# Low Tension Band Saw Blade



## RobW (Apr 12, 2008)

I purchased a 1/2" Low Tension Viking blade,the instructions say to start at the saw settings and reduce the tension till the blade FLUTTERS then increase till it stops then one full turn. Okay I reduced past the 1/8th mark no flutter that I can see. The only thing fluttering is my heart thinking I am going to ruin this new blade. My question, is there a simpler way to set low tention blades, such as 1/2" set to 1/4" or measure deflection like regular blades? Sure is obvious I have no experience, but I have all my fingers and nose and wish to keep them.
Rob


----------



## curiousgeorge (Nov 6, 2006)

RobW said:


> I purchased a 1/2" Low Tension Viking blade,the instructions say to start at the saw settings and reduce the tension till the blade FLUTTERS then increase till it stops then one full turn. Okay I reduced past the 1/8th mark no flutter that I can see. The only thing fluttering is my heart thinking I am going to ruin this new blade. My question, is there a simpler way to set low tention blades, such as 1/2" set to 1/4" or measure deflection like regular blades? Sure is obvious I have no experience, but I have all my fingers and nose and wish to keep them.
> Rob


Hi Rob,
I don't know of a simpler way. I use the Timber Wolf low tension blades and the flutter method is the only way I know of that I would trust. Do you have the blade guard all the way up when checking for flutter?
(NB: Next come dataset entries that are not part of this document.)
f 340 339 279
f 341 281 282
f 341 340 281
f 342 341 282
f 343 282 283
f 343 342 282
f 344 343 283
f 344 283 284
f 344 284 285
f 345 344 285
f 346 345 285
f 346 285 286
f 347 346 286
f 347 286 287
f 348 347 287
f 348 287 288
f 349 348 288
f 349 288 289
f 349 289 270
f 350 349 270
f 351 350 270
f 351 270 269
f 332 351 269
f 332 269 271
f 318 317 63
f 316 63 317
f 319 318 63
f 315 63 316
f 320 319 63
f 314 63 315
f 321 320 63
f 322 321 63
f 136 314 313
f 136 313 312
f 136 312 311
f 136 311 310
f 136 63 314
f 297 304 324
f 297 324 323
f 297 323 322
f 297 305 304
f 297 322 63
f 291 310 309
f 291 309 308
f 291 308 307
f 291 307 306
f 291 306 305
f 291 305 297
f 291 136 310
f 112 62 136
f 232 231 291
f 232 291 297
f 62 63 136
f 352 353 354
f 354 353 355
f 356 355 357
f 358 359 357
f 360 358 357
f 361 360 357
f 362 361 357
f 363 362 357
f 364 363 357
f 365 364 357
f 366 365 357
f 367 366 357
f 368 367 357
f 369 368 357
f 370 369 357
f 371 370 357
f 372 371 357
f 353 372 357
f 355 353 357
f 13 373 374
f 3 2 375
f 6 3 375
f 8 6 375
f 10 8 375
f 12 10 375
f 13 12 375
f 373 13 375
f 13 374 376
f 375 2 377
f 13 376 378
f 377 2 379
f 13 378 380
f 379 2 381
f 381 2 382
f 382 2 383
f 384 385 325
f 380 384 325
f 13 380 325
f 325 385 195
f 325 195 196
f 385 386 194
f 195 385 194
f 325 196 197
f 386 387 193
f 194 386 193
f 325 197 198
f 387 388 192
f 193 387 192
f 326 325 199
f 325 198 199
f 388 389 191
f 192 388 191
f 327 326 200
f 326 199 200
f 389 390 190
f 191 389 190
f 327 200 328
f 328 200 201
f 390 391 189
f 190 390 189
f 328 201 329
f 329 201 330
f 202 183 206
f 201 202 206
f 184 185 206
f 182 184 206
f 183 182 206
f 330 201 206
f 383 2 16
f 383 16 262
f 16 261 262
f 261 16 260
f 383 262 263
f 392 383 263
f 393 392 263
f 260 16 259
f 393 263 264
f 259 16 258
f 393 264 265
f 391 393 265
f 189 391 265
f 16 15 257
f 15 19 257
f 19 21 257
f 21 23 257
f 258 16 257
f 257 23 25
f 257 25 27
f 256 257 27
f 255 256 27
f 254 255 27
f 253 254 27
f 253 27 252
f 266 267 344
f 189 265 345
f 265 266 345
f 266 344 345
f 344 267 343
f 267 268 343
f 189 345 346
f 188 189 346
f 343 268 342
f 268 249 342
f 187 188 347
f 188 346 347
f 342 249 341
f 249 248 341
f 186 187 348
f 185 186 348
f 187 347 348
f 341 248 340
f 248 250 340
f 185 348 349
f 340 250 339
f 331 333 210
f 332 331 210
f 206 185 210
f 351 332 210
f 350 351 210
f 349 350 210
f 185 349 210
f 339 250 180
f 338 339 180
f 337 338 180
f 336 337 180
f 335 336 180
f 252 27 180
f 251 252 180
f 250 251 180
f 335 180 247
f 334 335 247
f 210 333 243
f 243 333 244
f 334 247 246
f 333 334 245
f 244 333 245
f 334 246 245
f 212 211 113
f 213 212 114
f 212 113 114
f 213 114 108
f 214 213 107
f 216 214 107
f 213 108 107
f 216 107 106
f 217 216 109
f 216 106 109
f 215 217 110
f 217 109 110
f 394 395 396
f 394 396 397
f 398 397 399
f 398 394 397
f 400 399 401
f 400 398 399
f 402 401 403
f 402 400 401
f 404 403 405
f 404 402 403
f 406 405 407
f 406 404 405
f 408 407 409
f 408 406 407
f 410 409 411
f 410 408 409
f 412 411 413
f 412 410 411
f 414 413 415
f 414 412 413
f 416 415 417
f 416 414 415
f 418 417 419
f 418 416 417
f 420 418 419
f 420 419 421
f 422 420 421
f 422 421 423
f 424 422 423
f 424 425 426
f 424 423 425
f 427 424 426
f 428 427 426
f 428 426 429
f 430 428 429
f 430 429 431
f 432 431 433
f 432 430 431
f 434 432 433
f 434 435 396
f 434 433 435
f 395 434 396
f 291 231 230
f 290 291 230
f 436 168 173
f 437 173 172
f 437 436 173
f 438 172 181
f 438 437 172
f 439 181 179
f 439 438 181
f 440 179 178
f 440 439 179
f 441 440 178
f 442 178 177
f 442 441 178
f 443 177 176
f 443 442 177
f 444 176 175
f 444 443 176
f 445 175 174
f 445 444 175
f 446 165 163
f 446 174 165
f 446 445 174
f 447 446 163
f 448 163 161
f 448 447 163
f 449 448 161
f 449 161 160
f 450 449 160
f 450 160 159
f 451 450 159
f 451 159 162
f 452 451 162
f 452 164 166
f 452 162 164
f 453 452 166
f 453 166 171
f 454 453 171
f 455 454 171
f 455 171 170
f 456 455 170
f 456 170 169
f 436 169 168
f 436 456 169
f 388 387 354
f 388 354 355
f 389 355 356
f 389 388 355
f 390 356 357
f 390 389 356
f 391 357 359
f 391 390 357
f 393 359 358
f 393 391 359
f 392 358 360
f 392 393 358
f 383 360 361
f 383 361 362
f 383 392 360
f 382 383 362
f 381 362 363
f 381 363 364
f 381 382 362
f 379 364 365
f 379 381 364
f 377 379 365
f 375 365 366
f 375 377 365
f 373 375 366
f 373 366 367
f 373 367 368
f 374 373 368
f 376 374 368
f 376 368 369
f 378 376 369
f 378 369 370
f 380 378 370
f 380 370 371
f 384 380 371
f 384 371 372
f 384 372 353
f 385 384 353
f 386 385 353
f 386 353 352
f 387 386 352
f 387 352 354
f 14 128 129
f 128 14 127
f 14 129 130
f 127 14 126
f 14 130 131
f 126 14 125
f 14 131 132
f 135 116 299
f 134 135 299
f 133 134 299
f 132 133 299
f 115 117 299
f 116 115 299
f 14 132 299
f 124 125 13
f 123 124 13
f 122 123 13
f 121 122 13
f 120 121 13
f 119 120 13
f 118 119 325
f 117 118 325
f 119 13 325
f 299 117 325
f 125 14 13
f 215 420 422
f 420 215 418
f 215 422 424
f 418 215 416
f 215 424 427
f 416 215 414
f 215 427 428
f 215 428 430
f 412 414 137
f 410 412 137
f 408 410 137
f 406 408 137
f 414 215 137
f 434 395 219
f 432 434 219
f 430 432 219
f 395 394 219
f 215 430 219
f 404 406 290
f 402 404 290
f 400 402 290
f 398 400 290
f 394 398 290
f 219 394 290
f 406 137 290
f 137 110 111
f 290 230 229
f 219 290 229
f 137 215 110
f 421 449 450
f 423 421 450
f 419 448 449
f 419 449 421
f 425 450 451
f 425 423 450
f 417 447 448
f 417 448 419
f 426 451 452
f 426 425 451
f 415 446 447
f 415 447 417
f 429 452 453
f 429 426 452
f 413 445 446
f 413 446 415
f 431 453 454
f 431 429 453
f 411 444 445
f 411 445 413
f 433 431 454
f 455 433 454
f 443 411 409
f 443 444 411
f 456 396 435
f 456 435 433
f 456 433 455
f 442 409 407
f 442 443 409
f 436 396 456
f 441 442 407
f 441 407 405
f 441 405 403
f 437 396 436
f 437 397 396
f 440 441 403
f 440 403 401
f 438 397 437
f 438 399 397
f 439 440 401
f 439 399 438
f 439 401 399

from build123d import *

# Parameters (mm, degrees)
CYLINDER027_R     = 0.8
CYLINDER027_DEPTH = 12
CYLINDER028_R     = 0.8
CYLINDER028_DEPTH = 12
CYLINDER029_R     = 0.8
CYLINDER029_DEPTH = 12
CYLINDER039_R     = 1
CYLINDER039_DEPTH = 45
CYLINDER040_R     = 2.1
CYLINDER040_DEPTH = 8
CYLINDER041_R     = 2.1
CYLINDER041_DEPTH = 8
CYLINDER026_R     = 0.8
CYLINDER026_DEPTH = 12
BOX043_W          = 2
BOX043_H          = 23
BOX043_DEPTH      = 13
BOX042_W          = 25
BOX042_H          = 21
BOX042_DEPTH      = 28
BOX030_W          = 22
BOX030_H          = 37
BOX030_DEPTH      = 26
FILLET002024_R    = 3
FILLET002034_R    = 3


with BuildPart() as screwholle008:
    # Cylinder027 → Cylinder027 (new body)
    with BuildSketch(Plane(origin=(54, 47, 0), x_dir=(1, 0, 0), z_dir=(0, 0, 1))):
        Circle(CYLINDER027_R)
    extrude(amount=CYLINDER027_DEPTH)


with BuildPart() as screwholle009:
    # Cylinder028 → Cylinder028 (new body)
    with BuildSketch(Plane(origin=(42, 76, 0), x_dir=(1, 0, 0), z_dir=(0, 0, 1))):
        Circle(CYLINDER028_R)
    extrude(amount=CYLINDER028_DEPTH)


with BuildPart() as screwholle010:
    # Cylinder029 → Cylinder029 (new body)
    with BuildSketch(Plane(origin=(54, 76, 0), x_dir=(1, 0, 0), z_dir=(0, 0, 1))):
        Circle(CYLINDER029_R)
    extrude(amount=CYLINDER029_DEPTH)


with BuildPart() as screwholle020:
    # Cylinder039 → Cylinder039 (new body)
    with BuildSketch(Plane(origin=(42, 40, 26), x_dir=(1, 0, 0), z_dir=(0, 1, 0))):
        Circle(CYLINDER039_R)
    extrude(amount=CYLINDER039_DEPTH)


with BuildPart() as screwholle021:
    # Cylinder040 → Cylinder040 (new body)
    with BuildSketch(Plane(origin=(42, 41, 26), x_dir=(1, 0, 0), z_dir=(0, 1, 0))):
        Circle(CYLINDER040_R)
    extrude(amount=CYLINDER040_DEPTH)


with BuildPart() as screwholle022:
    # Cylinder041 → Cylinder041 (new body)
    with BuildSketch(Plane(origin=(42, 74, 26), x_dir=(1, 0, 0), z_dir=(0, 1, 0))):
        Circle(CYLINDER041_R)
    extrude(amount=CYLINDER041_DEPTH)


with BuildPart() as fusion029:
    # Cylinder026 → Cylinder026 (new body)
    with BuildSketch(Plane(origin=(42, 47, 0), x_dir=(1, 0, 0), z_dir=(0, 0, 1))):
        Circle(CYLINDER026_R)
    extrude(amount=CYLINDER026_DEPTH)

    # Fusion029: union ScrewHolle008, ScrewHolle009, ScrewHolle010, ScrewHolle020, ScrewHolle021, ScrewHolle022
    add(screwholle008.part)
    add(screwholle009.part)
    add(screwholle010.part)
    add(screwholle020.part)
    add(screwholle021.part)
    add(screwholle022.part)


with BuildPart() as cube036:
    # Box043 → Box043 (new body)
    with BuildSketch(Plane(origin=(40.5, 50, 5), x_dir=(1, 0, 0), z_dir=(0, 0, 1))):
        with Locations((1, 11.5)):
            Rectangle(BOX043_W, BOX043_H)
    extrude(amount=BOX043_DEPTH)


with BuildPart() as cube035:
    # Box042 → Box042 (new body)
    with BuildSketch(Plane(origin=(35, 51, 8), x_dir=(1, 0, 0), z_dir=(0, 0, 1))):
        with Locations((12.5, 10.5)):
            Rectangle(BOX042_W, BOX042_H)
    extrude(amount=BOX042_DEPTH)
If not, it may be fluttering and the guard is keeping you from seeing it.


----------



## RobW (Apr 12, 2008)

Hi George
Thanks for the input. Yes I had the guard off and the tension on the saw was below the 1/8th mark on the saw,there was very little left to go. I will try again, I think its just inexperience and a wee bit of fear.
Rob


----------



## RobW (Apr 12, 2008)

George , just a fast update I took your advice and did it again and all is well it works great. Thanks again
Rob


----------



## curiousgeorge (Nov 6, 2006)

RobW said:


> George , just a fast update I took your advice and did it again and all is well it works great. Thanks again
> Rob


You are welcome, Rob. Glad it worked for you and thanks for the update.


----------